[Problem statement]: Which of the lines below hold "SUBTRACT"? Please return each one.

---------- Records for the task

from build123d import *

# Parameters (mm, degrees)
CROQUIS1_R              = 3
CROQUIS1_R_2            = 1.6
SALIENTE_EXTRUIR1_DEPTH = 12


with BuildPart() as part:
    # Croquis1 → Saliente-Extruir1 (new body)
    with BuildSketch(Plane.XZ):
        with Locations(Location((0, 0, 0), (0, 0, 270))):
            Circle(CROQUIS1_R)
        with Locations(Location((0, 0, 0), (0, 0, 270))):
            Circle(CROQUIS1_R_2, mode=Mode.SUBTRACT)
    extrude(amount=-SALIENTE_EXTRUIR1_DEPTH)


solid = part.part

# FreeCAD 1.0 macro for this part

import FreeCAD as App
import Part
import Sketcher
from FreeCAD import Vector

doc = App.newDocument("Part")
body = doc.addObject("PartDesign::Body", "Body")

sketch1 = body.newObject("Sketcher::SketchObject", "Sketch")
sketch1.AttachmentSupport = (doc.getObject("XZ_Plane"), [""])
sketch1.MapMode = "FlatFace"
sketch1.addGeometry([
    Part.Circle(Vector(0, 0, 0), Vector(0, 0, 1), 3),
    Part.Circle(Vector(0, 0, 0), Vector(0, 0, 1), 1.6),
], False)
sketch1.addConstraint([
    Sketcher.Constraint("Coincident", 0, 3, -1, 1),
    Sketcher.Constraint("Coincident", 1, 3, -1, 1),
    Sketcher.Constraint("Diameter", 0, 6.0),
    Sketcher.Constraint("Diameter", 1, 3.2),
])
pad1 = body.newObject("PartDesign::Pad", "Pad")
pad1.Profile = sketch1
pad1.Length = 12
pad1.Reversed = True

doc.recompute()
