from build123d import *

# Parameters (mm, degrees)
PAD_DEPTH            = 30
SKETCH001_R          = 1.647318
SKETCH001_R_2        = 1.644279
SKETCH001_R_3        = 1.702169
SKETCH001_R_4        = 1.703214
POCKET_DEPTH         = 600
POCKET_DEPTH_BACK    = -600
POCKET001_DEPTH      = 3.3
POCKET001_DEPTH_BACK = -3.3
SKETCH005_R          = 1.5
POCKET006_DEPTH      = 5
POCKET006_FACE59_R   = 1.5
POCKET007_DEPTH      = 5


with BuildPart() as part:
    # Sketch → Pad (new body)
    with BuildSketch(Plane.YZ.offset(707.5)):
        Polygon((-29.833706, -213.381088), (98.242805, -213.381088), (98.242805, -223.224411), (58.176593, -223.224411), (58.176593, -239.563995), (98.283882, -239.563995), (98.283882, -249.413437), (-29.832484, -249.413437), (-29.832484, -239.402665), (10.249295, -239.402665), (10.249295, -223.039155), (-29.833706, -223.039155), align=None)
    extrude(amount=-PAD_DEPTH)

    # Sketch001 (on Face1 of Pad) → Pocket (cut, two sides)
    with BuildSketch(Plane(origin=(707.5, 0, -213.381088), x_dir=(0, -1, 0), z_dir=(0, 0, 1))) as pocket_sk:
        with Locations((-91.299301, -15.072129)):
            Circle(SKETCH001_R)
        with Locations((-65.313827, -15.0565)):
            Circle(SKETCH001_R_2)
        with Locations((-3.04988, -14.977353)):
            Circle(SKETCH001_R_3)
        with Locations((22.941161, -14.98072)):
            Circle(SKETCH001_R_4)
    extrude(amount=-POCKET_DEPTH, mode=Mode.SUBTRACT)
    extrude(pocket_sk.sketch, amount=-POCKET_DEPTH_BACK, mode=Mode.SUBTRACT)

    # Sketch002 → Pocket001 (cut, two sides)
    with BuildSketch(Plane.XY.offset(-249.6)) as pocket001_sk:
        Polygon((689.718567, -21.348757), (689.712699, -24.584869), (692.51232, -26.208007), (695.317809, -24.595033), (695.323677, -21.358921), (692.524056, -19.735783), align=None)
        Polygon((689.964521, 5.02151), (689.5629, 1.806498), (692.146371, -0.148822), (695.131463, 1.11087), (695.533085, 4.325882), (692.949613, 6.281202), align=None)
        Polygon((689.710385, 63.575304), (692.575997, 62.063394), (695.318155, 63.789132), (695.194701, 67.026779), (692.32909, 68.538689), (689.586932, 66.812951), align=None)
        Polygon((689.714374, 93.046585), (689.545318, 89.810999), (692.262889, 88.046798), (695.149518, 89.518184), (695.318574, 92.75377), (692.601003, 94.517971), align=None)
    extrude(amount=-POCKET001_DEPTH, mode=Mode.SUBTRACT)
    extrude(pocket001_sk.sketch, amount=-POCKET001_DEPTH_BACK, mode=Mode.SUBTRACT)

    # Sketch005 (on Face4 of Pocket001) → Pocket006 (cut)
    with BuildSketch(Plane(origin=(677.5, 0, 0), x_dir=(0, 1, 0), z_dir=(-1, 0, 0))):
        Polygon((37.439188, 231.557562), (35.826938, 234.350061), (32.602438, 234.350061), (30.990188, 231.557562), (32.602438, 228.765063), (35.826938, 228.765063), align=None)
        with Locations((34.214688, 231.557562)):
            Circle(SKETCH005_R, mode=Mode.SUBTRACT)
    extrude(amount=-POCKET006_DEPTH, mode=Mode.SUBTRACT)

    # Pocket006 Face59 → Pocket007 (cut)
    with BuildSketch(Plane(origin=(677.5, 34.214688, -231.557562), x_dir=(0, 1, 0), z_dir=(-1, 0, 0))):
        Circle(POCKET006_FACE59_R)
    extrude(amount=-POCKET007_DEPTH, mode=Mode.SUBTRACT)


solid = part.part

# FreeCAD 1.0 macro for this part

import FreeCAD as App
import Part
import Sketcher
from FreeCAD import Vector
Q = App.Units.Quantity

doc = App.newDocument("Part")
body = doc.addObject("PartDesign::Body", "Body")

sketch1 = doc.addObject("Sketcher::SketchObject", "Sketch")
body.addObject(sketch1)
sketch1.AttachmentSupport = (doc.YZ_Plane, [""])
sketch1.MapMode = "FlatFace"
sketch1.AttachmentOffset = App.Placement(Vector(0, 0, 707.5), App.Rotation())
sketch1.addGeometry([
    Part.LineSegment(Vector(98.242805, -213.381088, 0), Vector(-29.833706, -213.381088, 0)),
    Part.LineSegment(Vector(-29.833706, -213.381088, 0), Vector(-29.833706, -223.039155, 0)),
    Part.LineSegment(Vector(-29.833706, -223.039155, 0), Vector(10.249295, -223.039155, 0)),
    Part.LineSegment(Vector(10.249295, -223.039155, 0), Vector(10.249295, -239.402665, 0)),
    Part.LineSegment(Vector(10.249295, -239.402665, 0), Vector(-29.832484, -239.402665, 0)),
    Part.LineSegment(Vector(-29.832484, -239.402665, 0), Vector(-29.832484, -249.413437, 0)),
    Part.LineSegment(Vector(-29.832484, -249.413437, 0), Vector(98.283882, -249.413437, 0)),
    Part.LineSegment(Vector(98.283882, -249.413437, 0), Vector(98.283882, -239.563995, 0)),
    Part.LineSegment(Vector(98.283882, -239.563995, 0), Vector(58.176593, -239.563995, 0)),
    Part.LineSegment(Vector(58.176593, -239.563995, 0), Vector(58.176593, -223.224411, 0)),
    Part.LineSegment(Vector(58.176593, -223.224411, 0), Vector(98.242805, -223.224411, 0)),
    Part.LineSegment(Vector(98.242805, -223.224411, 0), Vector(98.242805, -213.381088, 0)),
], False)
sketch1.addConstraint([
    Sketcher.Constraint("Coincident", 0, 2, 1, 1),
    Sketcher.Constraint("Coincident", 1, 2, 2, 1),
    Sketcher.Constraint("Coincident", 2, 2, 3, 1),
    Sketcher.Constraint("Coincident", 3, 2, 4, 1),
    Sketcher.Constraint("Coincident", 4, 2, 5, 1),
    Sketcher.Constraint("Coincident", 5, 2, 6, 1),
    Sketcher.Constraint("Coincident", 6, 2, 7, 1),
    Sketcher.Constraint("Coincident", 7, 2, 8, 1),
    Sketcher.Constraint("Coincident", 8, 2, 9, 1),
    Sketcher.Constraint("Coincident", 9, 2, 10, 1),
    Sketcher.Constraint("Coincident", 10, 2, 11, 1),
    Sketcher.Constraint("Coincident", 11, 2, 0, 1),
    Sketcher.Constraint("Horizontal", 0),
    Sketcher.Constraint("Vertical", 1),
    Sketcher.Constraint("Horizontal", 2),
    Sketcher.Constraint("Vertical", 3),
    Sketcher.Constraint("Horizontal", 4),
    Sketcher.Constraint("Vertical", 5),
    Sketcher.Constraint("Horizontal", 6),
    Sketcher.Constraint("Vertical", 7),
    Sketcher.Constraint("Horizontal", 8),
    Sketcher.Constraint("Vertical", 9),
    Sketcher.Constraint("Horizontal", 10),
    Sketcher.Constraint("Vertical", 11),
    Sketcher.Constraint("DistanceX", 2, 1, 2, 2, Q("40.083001 mm")),
    Sketcher.Constraint("DistanceX", 0, 2, 0, 1, Q("128.076511 mm")),
    Sketcher.Constraint("DistanceX", 4, 2, 4, 1, Q("40.081779 mm")),
    Sketcher.Constraint("DistanceX", 8, 2, 8, 1, Q("40.107289 mm")),
    Sketcher.Constraint("DistanceY", 3, 2, 3, 1, Q("16.36351 mm")),
    Sketcher.Constraint("DistanceY", 5, 2, 5, 1, Q("10.010772 mm")),
    Sketcher.Constraint("DistanceY", 7, 1, 7, 2, Q("9.849442 mm")),
    Sketcher.Constraint("DistanceX", 6, 1, 6, 2, Q("128.116366 mm")),
    Sketcher.Constraint("DistanceY", 1, 2, 1, 1, Q("9.658067 mm")),
    Sketcher.Constraint("DistanceY", 9, 1, 9, 2, Q("16.339584 mm")),
    Sketcher.Constraint("DistanceY", 0, 2, -1, 1, Q("213.381088 mm")),
    Sketcher.Constraint("DistanceX", 0, 2, -1, 1, Q("29.833706 mm")),
])
pad1 = doc.addObject("PartDesign::Pad", "Pad")
body.addObject(pad1)
pad1.Profile = sketch1
pad1.Length = 30
pad1.Reversed = True

sketch2 = doc.addObject("Sketcher::SketchObject", "Sketch001")
body.addObject(sketch2)
sketch2.AttachmentSupport = (doc.XY_Plane, [""])
sketch2.MapMode = "FlatFace"
sketch2.AttachmentOffset = App.Placement(Vector(0, 0, -213.381088), App.Rotation())
sketch2.addGeometry([
    Part.Circle(Vector(692.427871, 91.299301, 0), Vector(0, 0, 1), 1.647318),
    Part.Circle(Vector(692.4435, 65.313827, 0), Vector(0, 0, 1), 1.644279),
    Part.Circle(Vector(692.522647, 3.04988, 0), Vector(0, 0, 1), 1.702169),
    Part.Circle(Vector(692.51928, -22.941161, 0), Vector(0, 0, 1), 1.703214),
], False)
sketch2.addConstraint([
    Sketcher.Constraint("Diameter", 1, Q("3.288558 mm")),
    Sketcher.Constraint("Diameter", 2, Q("3.404338 mm")),
    Sketcher.Constraint("Diameter", 3, Q("3.406428 mm")),
    Sketcher.Constraint("Diameter", 0, Q("3.294636 mm")),
    Sketcher.Constraint("DistanceY", -1, 1, 0, 3, Q("91.299301 mm")),
    Sketcher.Constraint("DistanceX", -1, 1, 1, 3, Q("692.4435 mm")),
    Sketcher.Constraint("DistanceX", -1, 1, 0, 3, Q("692.427871 mm")),
    Sketcher.Constraint("DistanceY", -1, 1, 2, 3, Q("3.04988 mm")),
    Sketcher.Constraint("DistanceX", -1, 1, 3, 3, Q("692.51928 mm")),
    Sketcher.Constraint("DistanceY", 3, 3, -1, 1, Q("22.941161 mm")),
    Sketcher.Constraint("DistanceY", -1, 1, 1, 3, Q("65.313827 mm")),
    Sketcher.Constraint("DistanceX", -1, 1, 2, 3, Q("692.522647 mm")),
])
pocket1 = doc.addObject("PartDesign::Pocket", "Pocket")
body.addObject(pocket1)
pocket1.Profile = sketch2
pocket1.Type = "ThroughAll"
pocket1.Midplane = True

--------------------

[Answer to the exercise]:
            Circle(CROQUIS1_R_2, mode=Mode.SUBTRACT)
    extrude(amount=-POCKET_DEPTH, mode=Mode.SUBTRACT)
    extrude(pocket_sk.sketch, amount=-POCKET_DEPTH_BACK, mode=Mode.SUBTRACT)
    extrude(amount=-POCKET001_DEPTH, mode=Mode.SUBTRACT)
    extrude(pocket001_sk.sketch, amount=-POCKET001_DEPTH_BACK, mode=Mode.SUBTRACT)
            Circle(SKETCH005_R, mode=Mode.SUBTRACT)
    extrude(amount=-POCKET006_DEPTH, mode=Mode.SUBTRACT)
    extrude(amount=-POCKET007_DEPTH, mode=Mode.SUBTRACT)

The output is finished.